WHAT IS EXPECTED: Whenever the word "DIRECTION" appears in a line of the data below, copy that line.

(Items from a data source)
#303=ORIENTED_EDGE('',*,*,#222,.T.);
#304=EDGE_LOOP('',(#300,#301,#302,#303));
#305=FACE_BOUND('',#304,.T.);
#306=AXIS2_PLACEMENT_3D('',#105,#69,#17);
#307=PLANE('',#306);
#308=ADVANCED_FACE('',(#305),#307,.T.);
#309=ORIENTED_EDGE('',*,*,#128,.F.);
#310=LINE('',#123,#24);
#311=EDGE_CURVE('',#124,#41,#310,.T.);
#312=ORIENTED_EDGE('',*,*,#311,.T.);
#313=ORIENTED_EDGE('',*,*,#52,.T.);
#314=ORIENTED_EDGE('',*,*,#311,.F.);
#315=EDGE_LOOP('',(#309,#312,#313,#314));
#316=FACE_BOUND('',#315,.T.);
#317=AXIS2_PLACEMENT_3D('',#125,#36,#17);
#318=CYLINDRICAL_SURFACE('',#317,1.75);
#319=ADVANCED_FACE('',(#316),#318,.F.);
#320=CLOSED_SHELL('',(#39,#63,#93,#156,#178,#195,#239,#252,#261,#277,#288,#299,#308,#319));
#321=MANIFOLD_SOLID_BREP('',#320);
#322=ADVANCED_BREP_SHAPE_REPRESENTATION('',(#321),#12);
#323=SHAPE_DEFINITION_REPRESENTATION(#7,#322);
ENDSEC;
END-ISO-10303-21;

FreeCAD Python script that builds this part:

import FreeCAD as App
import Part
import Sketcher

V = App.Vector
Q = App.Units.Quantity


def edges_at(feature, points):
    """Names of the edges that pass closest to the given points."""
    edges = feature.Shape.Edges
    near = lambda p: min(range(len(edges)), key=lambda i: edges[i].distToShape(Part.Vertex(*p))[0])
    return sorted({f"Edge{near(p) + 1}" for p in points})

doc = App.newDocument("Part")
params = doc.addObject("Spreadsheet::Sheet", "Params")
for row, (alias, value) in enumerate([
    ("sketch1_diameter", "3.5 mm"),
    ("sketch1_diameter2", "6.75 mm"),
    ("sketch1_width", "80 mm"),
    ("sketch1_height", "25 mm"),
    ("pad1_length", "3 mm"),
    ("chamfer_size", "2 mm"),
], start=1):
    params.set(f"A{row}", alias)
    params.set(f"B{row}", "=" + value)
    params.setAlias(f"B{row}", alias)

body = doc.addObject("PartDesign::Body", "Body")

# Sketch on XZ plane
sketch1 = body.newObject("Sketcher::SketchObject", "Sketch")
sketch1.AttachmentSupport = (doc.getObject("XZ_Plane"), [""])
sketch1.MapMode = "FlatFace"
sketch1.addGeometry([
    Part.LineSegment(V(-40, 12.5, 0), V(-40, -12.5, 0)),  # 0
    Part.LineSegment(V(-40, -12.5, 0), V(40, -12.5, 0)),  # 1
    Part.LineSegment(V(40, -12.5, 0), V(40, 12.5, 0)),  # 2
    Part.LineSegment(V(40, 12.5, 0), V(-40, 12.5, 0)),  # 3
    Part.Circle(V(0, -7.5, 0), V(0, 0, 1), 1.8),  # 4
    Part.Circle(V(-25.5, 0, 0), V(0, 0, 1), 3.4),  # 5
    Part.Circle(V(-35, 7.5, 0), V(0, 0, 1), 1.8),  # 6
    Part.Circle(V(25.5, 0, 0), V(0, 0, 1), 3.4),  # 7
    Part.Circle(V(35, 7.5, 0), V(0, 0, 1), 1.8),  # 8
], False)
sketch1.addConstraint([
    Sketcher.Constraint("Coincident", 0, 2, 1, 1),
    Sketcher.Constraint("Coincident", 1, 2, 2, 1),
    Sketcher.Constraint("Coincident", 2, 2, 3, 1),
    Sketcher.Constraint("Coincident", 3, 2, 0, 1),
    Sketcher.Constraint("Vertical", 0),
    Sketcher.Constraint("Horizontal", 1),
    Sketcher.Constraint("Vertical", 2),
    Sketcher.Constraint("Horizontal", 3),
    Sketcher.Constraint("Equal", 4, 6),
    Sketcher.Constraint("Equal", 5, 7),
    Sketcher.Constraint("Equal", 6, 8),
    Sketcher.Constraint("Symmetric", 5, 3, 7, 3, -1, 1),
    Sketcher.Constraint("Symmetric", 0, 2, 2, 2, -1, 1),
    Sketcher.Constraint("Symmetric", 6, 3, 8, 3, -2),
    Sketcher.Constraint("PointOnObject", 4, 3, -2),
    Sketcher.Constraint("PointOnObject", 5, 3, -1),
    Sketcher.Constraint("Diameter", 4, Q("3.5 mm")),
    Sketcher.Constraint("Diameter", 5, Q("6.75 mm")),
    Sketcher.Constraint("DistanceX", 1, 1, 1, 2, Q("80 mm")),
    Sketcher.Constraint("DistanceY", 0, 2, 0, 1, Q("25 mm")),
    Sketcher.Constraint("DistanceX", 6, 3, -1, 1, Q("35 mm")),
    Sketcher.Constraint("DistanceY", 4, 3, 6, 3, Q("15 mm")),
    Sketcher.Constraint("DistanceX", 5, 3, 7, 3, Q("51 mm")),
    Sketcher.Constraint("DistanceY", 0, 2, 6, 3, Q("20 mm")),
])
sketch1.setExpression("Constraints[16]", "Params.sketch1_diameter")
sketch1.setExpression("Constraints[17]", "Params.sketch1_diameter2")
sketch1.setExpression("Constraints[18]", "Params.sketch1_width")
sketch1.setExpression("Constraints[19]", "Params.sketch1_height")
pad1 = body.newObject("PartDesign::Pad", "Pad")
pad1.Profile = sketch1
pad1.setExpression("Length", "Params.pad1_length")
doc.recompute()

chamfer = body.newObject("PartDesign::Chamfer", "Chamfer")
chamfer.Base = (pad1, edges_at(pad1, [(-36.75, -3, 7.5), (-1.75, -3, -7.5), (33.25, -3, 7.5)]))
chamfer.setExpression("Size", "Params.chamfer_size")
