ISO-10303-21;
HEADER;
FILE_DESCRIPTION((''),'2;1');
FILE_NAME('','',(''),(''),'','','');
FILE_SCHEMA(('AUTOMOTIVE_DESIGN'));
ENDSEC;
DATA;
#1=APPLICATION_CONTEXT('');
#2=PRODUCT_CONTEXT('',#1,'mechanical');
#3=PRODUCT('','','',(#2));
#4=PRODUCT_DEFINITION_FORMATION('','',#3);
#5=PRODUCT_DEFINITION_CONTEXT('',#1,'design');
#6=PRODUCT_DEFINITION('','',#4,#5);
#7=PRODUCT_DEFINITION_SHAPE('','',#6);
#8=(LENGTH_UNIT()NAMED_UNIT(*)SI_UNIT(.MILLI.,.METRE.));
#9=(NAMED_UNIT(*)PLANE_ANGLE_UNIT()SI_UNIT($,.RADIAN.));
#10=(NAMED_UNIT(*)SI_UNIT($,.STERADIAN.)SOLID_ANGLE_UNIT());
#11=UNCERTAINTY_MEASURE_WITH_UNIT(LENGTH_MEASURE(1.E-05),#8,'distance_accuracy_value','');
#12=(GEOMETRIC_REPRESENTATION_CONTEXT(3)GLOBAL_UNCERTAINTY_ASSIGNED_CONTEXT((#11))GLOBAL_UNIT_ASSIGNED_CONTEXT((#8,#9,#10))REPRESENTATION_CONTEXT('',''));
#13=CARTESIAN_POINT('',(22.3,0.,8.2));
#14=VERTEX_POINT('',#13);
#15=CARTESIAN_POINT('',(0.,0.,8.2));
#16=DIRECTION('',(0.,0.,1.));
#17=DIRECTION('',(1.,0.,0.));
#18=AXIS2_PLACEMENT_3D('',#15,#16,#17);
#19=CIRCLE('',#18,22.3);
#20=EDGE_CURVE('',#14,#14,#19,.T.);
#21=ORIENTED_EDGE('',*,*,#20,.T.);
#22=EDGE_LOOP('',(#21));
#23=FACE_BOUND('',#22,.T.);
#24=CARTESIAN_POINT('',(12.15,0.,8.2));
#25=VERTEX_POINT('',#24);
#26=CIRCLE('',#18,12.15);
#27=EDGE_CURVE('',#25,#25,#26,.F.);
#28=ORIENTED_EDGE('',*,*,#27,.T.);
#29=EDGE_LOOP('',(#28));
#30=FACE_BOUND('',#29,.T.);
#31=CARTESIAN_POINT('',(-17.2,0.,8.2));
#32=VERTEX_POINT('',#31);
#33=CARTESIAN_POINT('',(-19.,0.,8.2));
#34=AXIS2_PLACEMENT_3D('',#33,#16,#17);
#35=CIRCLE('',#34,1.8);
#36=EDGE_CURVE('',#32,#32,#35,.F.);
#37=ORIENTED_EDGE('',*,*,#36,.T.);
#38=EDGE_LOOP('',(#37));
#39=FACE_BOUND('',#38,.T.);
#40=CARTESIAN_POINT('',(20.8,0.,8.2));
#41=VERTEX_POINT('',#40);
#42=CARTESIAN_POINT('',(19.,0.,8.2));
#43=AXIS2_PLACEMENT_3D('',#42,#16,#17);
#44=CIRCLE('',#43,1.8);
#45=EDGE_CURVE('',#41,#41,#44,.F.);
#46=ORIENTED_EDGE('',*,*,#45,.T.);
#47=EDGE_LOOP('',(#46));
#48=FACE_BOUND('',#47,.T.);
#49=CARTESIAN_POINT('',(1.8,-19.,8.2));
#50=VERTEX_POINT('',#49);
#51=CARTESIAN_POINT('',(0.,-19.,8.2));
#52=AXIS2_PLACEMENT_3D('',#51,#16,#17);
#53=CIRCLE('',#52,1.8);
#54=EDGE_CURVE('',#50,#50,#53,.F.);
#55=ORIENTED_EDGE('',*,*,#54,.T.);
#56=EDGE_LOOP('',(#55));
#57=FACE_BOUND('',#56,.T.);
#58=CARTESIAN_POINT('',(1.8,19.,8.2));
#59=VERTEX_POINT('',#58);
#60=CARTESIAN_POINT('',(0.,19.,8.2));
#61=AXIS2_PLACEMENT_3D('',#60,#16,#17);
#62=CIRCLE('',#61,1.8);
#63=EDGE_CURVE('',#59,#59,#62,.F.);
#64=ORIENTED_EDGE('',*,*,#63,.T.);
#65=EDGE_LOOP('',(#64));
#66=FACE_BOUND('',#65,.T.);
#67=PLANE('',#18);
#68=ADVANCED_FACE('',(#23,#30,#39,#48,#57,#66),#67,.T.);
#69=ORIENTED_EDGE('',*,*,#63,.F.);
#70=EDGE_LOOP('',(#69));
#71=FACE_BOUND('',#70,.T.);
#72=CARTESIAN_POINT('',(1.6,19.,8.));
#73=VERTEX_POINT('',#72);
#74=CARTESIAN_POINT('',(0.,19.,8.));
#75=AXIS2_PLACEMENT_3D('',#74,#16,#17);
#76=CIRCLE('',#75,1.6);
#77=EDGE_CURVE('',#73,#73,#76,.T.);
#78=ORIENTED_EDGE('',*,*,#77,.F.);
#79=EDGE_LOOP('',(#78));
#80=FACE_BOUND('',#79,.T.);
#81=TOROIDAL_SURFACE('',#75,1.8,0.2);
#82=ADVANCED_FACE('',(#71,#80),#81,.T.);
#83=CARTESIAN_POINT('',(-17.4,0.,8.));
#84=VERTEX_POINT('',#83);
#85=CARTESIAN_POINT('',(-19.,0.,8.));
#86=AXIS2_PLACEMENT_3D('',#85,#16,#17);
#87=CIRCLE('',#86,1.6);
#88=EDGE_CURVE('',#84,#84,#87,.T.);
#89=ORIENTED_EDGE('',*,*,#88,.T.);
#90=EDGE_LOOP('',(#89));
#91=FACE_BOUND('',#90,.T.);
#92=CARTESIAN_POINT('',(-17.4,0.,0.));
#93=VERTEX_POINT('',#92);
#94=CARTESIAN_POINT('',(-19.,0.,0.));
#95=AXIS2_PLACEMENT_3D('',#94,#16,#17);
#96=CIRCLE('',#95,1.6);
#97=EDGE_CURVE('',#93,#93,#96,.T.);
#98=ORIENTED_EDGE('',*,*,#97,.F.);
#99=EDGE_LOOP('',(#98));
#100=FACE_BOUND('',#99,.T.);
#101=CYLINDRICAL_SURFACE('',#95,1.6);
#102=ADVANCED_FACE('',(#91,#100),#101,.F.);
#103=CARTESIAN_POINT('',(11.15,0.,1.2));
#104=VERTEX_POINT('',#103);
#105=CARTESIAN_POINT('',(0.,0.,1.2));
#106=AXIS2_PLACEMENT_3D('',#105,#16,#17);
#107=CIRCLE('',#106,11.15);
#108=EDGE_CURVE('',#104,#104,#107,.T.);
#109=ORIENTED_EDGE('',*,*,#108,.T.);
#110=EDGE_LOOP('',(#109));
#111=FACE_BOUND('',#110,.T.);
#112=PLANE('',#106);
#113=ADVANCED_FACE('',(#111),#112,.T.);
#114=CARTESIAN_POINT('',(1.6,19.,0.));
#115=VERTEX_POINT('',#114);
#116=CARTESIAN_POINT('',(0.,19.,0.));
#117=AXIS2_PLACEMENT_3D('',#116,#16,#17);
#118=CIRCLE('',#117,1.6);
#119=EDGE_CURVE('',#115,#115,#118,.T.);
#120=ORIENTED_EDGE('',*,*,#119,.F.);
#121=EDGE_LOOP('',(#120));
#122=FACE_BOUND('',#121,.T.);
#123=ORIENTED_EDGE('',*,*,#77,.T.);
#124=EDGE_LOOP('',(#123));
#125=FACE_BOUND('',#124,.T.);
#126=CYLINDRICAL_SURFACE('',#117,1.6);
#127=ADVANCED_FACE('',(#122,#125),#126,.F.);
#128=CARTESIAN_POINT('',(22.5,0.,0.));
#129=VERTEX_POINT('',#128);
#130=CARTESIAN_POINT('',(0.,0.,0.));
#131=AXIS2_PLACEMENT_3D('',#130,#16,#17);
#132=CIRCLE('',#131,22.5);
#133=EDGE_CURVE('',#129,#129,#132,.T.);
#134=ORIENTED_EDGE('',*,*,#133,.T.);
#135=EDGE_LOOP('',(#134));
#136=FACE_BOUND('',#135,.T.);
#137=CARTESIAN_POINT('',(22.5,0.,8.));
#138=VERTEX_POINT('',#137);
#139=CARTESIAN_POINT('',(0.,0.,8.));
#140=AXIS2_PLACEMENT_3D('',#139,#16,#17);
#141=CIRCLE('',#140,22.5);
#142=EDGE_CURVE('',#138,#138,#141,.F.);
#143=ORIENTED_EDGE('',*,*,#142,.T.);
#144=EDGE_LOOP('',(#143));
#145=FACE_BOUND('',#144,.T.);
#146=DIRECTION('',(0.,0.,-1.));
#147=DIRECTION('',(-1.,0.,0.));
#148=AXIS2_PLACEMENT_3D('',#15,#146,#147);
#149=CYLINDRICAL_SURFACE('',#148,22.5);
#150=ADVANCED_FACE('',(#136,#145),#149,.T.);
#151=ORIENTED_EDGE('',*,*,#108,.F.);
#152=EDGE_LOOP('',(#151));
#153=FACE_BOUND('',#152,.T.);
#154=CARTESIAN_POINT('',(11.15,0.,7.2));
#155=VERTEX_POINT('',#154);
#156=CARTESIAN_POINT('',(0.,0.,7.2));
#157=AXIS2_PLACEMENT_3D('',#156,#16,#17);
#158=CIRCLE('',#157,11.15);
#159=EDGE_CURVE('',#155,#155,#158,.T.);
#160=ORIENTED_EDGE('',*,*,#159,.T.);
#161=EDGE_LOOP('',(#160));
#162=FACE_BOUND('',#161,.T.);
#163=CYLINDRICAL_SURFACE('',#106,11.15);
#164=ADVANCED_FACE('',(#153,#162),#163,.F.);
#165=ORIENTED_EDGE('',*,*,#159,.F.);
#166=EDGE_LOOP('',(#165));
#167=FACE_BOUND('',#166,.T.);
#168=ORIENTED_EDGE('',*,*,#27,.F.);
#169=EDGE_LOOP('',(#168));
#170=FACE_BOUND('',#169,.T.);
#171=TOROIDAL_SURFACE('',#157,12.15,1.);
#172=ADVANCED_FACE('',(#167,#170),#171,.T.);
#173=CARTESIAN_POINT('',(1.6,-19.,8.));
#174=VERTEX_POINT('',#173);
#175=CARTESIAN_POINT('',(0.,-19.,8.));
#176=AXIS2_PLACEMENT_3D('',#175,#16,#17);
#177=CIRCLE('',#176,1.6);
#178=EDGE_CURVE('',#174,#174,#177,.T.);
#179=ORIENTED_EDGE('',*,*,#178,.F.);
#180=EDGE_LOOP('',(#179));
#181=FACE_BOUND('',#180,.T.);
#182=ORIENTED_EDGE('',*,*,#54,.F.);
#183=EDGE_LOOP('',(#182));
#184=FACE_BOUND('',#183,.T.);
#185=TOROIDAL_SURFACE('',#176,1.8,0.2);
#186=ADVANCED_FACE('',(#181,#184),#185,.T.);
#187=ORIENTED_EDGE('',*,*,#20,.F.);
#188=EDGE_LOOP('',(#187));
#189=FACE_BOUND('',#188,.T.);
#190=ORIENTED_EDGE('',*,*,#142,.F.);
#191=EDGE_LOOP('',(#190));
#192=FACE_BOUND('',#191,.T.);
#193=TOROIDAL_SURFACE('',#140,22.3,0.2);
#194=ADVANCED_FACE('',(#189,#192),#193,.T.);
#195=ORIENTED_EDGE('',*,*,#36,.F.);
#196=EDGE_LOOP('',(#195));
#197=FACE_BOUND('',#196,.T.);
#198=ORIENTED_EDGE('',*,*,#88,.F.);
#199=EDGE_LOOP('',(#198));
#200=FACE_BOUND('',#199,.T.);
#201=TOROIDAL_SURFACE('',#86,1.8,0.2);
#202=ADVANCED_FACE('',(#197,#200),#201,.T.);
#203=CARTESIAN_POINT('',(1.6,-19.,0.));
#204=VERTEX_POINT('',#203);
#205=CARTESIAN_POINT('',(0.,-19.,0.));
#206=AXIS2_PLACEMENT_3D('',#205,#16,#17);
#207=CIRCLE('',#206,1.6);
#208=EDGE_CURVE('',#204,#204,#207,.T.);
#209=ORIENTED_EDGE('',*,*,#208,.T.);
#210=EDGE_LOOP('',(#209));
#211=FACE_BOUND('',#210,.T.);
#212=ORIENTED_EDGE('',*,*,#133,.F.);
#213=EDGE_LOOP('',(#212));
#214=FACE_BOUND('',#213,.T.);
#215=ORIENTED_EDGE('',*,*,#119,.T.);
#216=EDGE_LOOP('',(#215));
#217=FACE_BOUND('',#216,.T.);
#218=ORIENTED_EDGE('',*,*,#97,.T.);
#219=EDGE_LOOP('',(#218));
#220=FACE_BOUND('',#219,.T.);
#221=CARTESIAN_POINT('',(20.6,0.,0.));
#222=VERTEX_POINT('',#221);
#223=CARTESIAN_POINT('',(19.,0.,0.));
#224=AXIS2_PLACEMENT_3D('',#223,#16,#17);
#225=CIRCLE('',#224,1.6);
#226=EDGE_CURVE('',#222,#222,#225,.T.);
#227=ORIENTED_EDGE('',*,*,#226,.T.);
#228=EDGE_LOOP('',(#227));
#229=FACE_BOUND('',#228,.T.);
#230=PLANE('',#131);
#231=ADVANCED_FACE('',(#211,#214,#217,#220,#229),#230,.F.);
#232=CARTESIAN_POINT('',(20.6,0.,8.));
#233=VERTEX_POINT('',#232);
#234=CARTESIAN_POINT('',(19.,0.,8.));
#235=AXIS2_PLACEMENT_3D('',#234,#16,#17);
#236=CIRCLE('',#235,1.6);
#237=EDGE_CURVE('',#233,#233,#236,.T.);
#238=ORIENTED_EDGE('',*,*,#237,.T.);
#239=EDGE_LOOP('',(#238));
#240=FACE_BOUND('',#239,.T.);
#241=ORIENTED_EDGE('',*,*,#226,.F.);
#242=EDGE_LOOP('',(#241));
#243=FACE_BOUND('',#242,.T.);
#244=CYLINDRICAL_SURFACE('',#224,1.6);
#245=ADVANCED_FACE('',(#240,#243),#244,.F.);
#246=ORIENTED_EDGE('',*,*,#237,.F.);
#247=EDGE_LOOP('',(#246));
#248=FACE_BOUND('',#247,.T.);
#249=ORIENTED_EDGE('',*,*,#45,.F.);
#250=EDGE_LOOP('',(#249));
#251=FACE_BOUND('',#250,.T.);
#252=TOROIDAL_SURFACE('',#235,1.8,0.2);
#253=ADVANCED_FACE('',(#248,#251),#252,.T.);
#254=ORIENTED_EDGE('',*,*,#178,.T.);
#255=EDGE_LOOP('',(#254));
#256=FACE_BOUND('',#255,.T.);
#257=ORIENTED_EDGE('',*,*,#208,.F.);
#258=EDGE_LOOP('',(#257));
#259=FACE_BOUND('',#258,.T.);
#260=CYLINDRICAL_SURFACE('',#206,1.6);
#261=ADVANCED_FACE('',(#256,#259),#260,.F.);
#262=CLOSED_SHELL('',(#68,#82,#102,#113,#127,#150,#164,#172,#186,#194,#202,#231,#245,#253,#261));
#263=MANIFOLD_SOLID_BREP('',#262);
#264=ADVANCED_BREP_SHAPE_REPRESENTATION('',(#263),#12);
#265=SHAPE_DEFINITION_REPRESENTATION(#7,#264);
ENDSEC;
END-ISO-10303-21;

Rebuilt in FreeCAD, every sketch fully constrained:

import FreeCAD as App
import Part
import Sketcher

V = App.Vector
Q = App.Units.Quantity


def edges_at(feature, points):
    """Names of the edges that pass closest to the given points."""
    edges = feature.Shape.Edges
    near = lambda p: min(range(len(edges)), key=lambda i: edges[i].distToShape(Part.Vertex(*p))[0])
    return sorted({f"Edge{near(p) + 1}" for p in points})

doc = App.newDocument("Part")
params = doc.addObject("Spreadsheet::Sheet", "Params")
for row, (alias, value) in enumerate([
    ("sketch1_diameter", "45 mm"),
    ("pad1_length", "8.2 mm"),
    ("sketch2_diameter", "22.3 mm"),
    ("pocket1_length", "7 mm"),
    ("sketch3_diameter", "3.2 mm"),
    ("fillet_radius", "1 mm"),
    ("fillet2_radius", "0.2 mm"),
], start=1):
    params.set(f"A{row}", alias)
    params.set(f"B{row}", "=" + value)
    params.setAlias(f"B{row}", alias)

body = doc.addObject("PartDesign::Body", "Body")

sketch1 = body.newObject("Sketcher::SketchObject", "Sketch")
sketch1.AttachmentSupport = (doc.getObject("XY_Plane"), [""])
sketch1.MapMode = "FlatFace"
sketch1.addGeometry(Part.Circle(V(0, 0, 0), V(0, 0, 1), 22), False)
sketch1.addConstraint(Sketcher.Constraint("Coincident", 0, 3, -1, 1))
sketch1.addConstraint(Sketcher.Constraint("Diameter", 0, Q("45 mm")))
sketch1.setExpression("Constraints[1]", "Params.sketch1_diameter")
pad1 = body.newObject("PartDesign::Pad", "Pad")
pad1.Profile = sketch1
pad1.setExpression("Length", "Params.pad1_length")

OUTPUT FOR THIS EXERCISE:
#16=DIRECTION('',(0.,0.,1.));
#17=DIRECTION('',(1.,0.,0.));
#146=DIRECTION('',(0.,0.,-1.));
#147=DIRECTION('',(-1.,0.,0.));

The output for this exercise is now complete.